Dataset must be sanitized:
- remove webhooks
- remove personal and sensitive information
As migration tests won’t occur on a very high basis (2 to 3 times a year), good documentation must be provided for:
- features and their limits
- credentials required and where to find them
In order to solve this Ticket the following technology stack is chosen:
- AWS CloudFormation
The following preparations are expected on the Host system:
- aws cli installed and configured
- ansible installed
- POSIX compliant shell
- ssh key present in aws
The provided Template will create the underlying infrastructure and some security rules:
- Create VPC
- Create EC2 Instance
- SSH-Key ID has to be defined by the user
- Default to 5xl.large
- Create RDS from snapshot
- Default to db.m5.4xlarge
- Enable RDS Insights
- Create Security Groups
- Allow ssh from user defined CIDR
- Allow access to SQ Web-UI from anywhere
- Allow access to Database from EC2 CIDR
- Deny everything else
- Outputs the FQDN to connect to EC2
- Outputs the FQDN to connect to Database from EC2
After the Infrastructure is present (can take some time), ansible will provision everything
The provided Ansible setup will include a playbook and a role to set up sonarqube EE on an EC2 instance and provision the database connection against a restored snapshot of RDS. It will try to get all the necessary information from aws.
The Role will:
- Download an SonarQube Zip-File from Artifactory
- Prepare the host environment
- Install tooling
- Create User
- Sonarqube user
- Ssh user
- shared by all developers
- sudoer root
- Create Pathes
- Install Dependencies
- Openjdk (latest 11)
- Prepare Kernel Parameters for Elasticsearch
- Extract SonarQube to a specific path
- Prepare sonar.properties
- Connection to Database
- Enable GC logs
- Dump on OOM to log directory
- (nice-to-have) Open debugging port (non blocking)

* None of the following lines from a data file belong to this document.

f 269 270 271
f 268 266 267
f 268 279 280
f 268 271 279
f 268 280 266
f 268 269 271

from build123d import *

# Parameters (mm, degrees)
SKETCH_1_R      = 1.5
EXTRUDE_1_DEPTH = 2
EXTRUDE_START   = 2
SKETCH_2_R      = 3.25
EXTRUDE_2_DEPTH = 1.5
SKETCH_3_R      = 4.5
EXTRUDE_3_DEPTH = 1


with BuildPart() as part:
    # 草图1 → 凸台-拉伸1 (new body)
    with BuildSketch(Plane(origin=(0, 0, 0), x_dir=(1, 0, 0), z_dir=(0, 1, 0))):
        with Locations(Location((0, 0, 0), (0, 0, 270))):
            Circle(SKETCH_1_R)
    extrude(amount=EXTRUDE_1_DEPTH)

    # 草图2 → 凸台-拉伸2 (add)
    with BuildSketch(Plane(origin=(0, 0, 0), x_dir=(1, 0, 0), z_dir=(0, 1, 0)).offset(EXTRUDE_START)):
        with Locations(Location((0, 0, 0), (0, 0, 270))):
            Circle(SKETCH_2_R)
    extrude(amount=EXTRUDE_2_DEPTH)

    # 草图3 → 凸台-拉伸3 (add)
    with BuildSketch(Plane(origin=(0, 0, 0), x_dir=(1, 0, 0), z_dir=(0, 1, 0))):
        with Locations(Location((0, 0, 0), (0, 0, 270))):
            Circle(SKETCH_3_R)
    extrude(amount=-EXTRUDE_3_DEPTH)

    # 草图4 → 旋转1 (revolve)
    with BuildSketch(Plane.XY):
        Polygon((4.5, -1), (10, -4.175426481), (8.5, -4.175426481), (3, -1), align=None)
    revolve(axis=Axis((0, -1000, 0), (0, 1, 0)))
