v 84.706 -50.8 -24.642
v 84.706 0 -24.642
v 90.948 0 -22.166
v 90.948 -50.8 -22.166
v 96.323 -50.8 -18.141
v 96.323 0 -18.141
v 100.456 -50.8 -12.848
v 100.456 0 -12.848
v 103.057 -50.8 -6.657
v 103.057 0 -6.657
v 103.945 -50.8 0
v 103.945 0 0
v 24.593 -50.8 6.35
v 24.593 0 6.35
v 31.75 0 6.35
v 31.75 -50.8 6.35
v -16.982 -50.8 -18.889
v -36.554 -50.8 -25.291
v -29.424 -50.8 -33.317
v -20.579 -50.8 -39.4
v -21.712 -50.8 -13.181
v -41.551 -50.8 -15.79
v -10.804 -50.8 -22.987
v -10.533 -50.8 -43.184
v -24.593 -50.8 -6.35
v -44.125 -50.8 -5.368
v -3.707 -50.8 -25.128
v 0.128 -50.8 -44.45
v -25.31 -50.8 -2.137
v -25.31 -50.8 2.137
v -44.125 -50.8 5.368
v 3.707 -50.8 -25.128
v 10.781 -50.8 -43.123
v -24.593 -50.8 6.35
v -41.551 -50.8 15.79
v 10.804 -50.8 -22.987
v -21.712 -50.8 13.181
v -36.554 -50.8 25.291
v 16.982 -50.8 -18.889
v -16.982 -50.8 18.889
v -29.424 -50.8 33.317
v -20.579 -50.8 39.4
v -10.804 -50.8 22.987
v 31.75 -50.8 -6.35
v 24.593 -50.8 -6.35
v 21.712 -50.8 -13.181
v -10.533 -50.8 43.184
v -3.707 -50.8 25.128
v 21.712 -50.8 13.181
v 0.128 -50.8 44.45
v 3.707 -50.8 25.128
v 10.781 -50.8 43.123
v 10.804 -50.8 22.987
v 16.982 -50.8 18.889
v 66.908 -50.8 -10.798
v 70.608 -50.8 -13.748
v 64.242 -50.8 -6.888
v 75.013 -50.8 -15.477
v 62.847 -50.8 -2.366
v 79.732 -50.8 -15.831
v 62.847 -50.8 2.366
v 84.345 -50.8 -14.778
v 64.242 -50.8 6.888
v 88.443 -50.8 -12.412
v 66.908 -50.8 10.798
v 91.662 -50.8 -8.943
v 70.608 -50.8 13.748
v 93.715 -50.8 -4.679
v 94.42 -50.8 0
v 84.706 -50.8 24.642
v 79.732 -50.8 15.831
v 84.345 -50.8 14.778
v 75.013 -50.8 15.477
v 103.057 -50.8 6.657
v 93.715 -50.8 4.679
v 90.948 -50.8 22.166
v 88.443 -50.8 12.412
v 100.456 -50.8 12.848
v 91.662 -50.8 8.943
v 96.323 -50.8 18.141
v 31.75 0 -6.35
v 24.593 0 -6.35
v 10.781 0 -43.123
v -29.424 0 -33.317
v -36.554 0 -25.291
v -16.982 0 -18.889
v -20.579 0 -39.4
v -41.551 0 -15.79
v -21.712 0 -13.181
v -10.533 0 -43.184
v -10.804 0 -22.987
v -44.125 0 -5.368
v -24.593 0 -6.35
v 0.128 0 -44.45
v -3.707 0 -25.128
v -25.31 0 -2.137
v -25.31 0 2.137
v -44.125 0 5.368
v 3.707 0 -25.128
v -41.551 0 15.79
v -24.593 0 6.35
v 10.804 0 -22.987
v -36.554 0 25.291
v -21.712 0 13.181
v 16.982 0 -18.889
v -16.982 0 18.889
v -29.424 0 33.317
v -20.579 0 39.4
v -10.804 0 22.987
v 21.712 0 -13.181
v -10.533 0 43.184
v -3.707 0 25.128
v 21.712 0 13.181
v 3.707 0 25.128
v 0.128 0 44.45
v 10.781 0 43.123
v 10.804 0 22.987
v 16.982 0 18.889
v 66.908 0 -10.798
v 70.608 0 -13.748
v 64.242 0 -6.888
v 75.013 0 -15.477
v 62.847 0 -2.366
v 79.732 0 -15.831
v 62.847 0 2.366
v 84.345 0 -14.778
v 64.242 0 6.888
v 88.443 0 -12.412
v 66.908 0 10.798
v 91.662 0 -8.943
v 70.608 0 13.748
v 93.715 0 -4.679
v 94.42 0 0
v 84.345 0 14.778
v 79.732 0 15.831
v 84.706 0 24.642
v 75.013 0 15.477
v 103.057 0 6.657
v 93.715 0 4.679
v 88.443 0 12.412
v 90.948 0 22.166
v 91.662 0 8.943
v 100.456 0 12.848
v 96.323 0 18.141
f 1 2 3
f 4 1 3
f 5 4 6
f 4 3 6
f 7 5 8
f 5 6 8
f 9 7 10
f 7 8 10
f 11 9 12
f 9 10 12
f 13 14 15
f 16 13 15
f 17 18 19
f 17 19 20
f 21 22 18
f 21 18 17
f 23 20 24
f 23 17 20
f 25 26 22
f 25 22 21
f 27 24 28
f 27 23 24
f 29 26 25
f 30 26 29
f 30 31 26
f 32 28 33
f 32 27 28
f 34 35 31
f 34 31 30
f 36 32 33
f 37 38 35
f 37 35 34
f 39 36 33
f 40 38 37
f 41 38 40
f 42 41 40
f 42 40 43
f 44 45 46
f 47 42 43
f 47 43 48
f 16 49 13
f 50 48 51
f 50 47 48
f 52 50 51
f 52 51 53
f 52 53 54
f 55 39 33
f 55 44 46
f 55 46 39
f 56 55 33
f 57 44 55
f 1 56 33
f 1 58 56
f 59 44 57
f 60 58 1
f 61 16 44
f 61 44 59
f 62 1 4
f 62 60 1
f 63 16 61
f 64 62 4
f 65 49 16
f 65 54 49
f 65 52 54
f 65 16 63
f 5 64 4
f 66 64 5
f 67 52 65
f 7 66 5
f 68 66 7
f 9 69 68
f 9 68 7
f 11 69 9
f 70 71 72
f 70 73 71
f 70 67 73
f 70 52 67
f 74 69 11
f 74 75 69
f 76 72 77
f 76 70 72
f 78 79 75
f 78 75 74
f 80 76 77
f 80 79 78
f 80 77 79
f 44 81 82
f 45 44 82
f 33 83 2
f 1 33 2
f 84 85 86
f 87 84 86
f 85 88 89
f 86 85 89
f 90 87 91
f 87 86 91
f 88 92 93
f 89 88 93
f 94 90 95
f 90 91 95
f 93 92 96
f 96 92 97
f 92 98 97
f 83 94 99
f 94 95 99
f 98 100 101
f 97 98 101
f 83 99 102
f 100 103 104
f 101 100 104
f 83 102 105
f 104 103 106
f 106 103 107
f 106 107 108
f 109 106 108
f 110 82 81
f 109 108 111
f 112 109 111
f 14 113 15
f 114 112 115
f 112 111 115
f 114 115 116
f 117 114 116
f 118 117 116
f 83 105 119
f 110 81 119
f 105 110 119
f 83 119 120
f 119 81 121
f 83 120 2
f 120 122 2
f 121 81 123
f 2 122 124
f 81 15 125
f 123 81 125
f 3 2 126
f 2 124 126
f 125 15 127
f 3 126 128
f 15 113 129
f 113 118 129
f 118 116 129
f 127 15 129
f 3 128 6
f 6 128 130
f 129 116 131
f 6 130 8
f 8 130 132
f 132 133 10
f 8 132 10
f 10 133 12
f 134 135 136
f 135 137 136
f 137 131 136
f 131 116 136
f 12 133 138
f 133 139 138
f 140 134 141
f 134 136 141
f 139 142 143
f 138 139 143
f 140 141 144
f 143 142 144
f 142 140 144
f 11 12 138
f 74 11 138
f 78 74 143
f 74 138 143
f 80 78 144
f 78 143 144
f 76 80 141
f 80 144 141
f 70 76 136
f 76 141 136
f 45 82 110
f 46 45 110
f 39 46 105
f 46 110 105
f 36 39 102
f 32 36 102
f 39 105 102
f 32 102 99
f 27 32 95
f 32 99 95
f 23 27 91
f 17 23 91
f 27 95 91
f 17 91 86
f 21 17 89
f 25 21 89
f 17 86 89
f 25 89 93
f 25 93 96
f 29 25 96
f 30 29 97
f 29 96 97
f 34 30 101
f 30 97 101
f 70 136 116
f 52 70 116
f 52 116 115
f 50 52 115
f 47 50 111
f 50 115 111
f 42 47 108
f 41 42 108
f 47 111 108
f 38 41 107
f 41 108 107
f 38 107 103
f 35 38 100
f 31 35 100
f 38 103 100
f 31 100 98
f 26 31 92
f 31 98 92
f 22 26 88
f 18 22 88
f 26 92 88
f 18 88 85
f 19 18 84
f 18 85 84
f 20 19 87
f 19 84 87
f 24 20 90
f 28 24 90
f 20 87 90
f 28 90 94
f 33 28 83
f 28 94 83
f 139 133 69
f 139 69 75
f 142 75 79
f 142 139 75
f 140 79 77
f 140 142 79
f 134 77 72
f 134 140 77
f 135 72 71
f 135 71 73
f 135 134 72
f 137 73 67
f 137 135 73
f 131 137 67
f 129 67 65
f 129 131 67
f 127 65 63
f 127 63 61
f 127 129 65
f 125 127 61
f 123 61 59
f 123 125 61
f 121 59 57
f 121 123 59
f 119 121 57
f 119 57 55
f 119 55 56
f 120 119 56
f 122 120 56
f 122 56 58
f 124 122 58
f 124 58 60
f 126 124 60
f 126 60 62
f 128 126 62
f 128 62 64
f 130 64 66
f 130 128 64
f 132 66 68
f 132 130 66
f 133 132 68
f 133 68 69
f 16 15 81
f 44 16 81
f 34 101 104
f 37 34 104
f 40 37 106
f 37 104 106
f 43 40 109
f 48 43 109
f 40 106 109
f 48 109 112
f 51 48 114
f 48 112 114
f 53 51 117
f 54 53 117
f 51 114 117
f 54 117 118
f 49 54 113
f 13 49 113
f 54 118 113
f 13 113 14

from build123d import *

# Parameters (mm, degrees)
F0_R     = 15.875
F1_DEPTH = 50.8


with BuildPart() as f1:
    # F0 (on Front) → F1 (new body)
    with BuildSketch(Plane.XZ):
        with BuildLine():
            ThreePointArc((10.780709, -43.122834), (35.035732, -27.355073), (44.45, 0))
            ThreePointArc((44.45, 0), (35.035732, 27.355073), (10.780709, 43.122834))
            ThreePointArc((10.780709, 43.122834), (-44.45, 0), (10.780709, -43.122834))
        make_face()
        with BuildLine():
            ThreePointArc((-24.593444, 6.35), (0, 25.4), (24.593444, 6.35))
            Line((24.593444, 6.35), (31.75, 6.35))
            Line((31.75, 6.35), (31.75, -6.35))
            Line((31.75, -6.35), (24.593444, -6.35))
            ThreePointArc((24.593444, -6.35), (0, -25.4), (-24.593444, -6.35))
            Line((-24.593444, -6.35), (-31.75, -6.35))
            Line((-31.75, -6.35), (-31.75, 6.35))
            Line((-31.75, 6.35), (-24.593444, 6.35))
        make_face(mode=Mode.SUBTRACT)
        with BuildLine():
            ThreePointArc((10.780709, 43.122834), (35.035732, 27.355073), (44.45, 0))
            ThreePointArc((44.45, 0), (35.035732, -27.355073), (10.780709, -43.122834))
            Line((10.780709, -43.122834), (84.705567, -24.64162))
            ThreePointArc((84.705567, -24.64162), (53.145162, 0), (84.705567, 24.64162))
            Line((84.705567, 24.64162), (10.780709, 43.122834))
        make_face()
        with BuildLine():
            ThreePointArc((103.945162, 0), (98.56558, 15.63147), (84.705567, 24.64162))
            ThreePointArc((84.705567, 24.64162), (53.145162, 0), (84.705567, -24.64162))
            ThreePointArc((84.705567, -24.64162), (98.56558, -15.63147), (103.945162, 0))
        make_face()
        with Locations((78.545162, 0)):
            Circle(F0_R, mode=Mode.SUBTRACT)
        with BuildLine():
            ThreePointArc((-24.593444, -6.35), (-25.4, 0), (-24.593444, 6.35))
            Line((-24.593444, 6.35), (-31.75, 6.35))
            Line((-31.75, 6.35), (-31.75, -6.35))
            Line((-31.75, -6.35), (-24.593444, -6.35))
        make_face()
    extrude(amount=F1_DEPTH)


solid = f1.part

After the Provisioning is complete (RDS on base snapshot + SQ up and running expecting WS call to start DB migrations) an initial snapshot of the infrastructure is created as a first safepoint to fall back to.
Every snapshot after this has to be triggered by the user. Documentation should provide a nice walkthrough on how to do it.
The Infrastructure will be setup on demand via a bash script with the following steps:
- Apply cloud formation template
- Feed ansible inventory with information from aws
- Provision EC2 instance using ansible
After that the User is expected to connect to the EC2 Instance via ssh and start with the Performance Testing.
The majority of the required metrics can be found in the AWS Console and/or in the specific log files of sonarqube.
A manual connection from the user to the database directly is possible via tunneling through the EC2 Instance => update documentation about tunneling
Update Ansible configuration and run it => update documentation
Manual operation with AWS console => update documentation
(nice-to-have) automate things with script and Ansible
The Cloudformation stack can be destroyed via a similar script as the one that will be used for the creation of the infrastructure
In order to secure the access to the database and the ec2 instance where sonarqube will be running, an (in aws) existing ssh keypair has to be used in order to access the ec2 instance via ssh.
On top of this regulation a security group will be defined to manage access only from a limited ip address (default value to offices IPs).
This security group can be modified afterwards in the aws console or via a changeset.
Username/Password login will be disabled.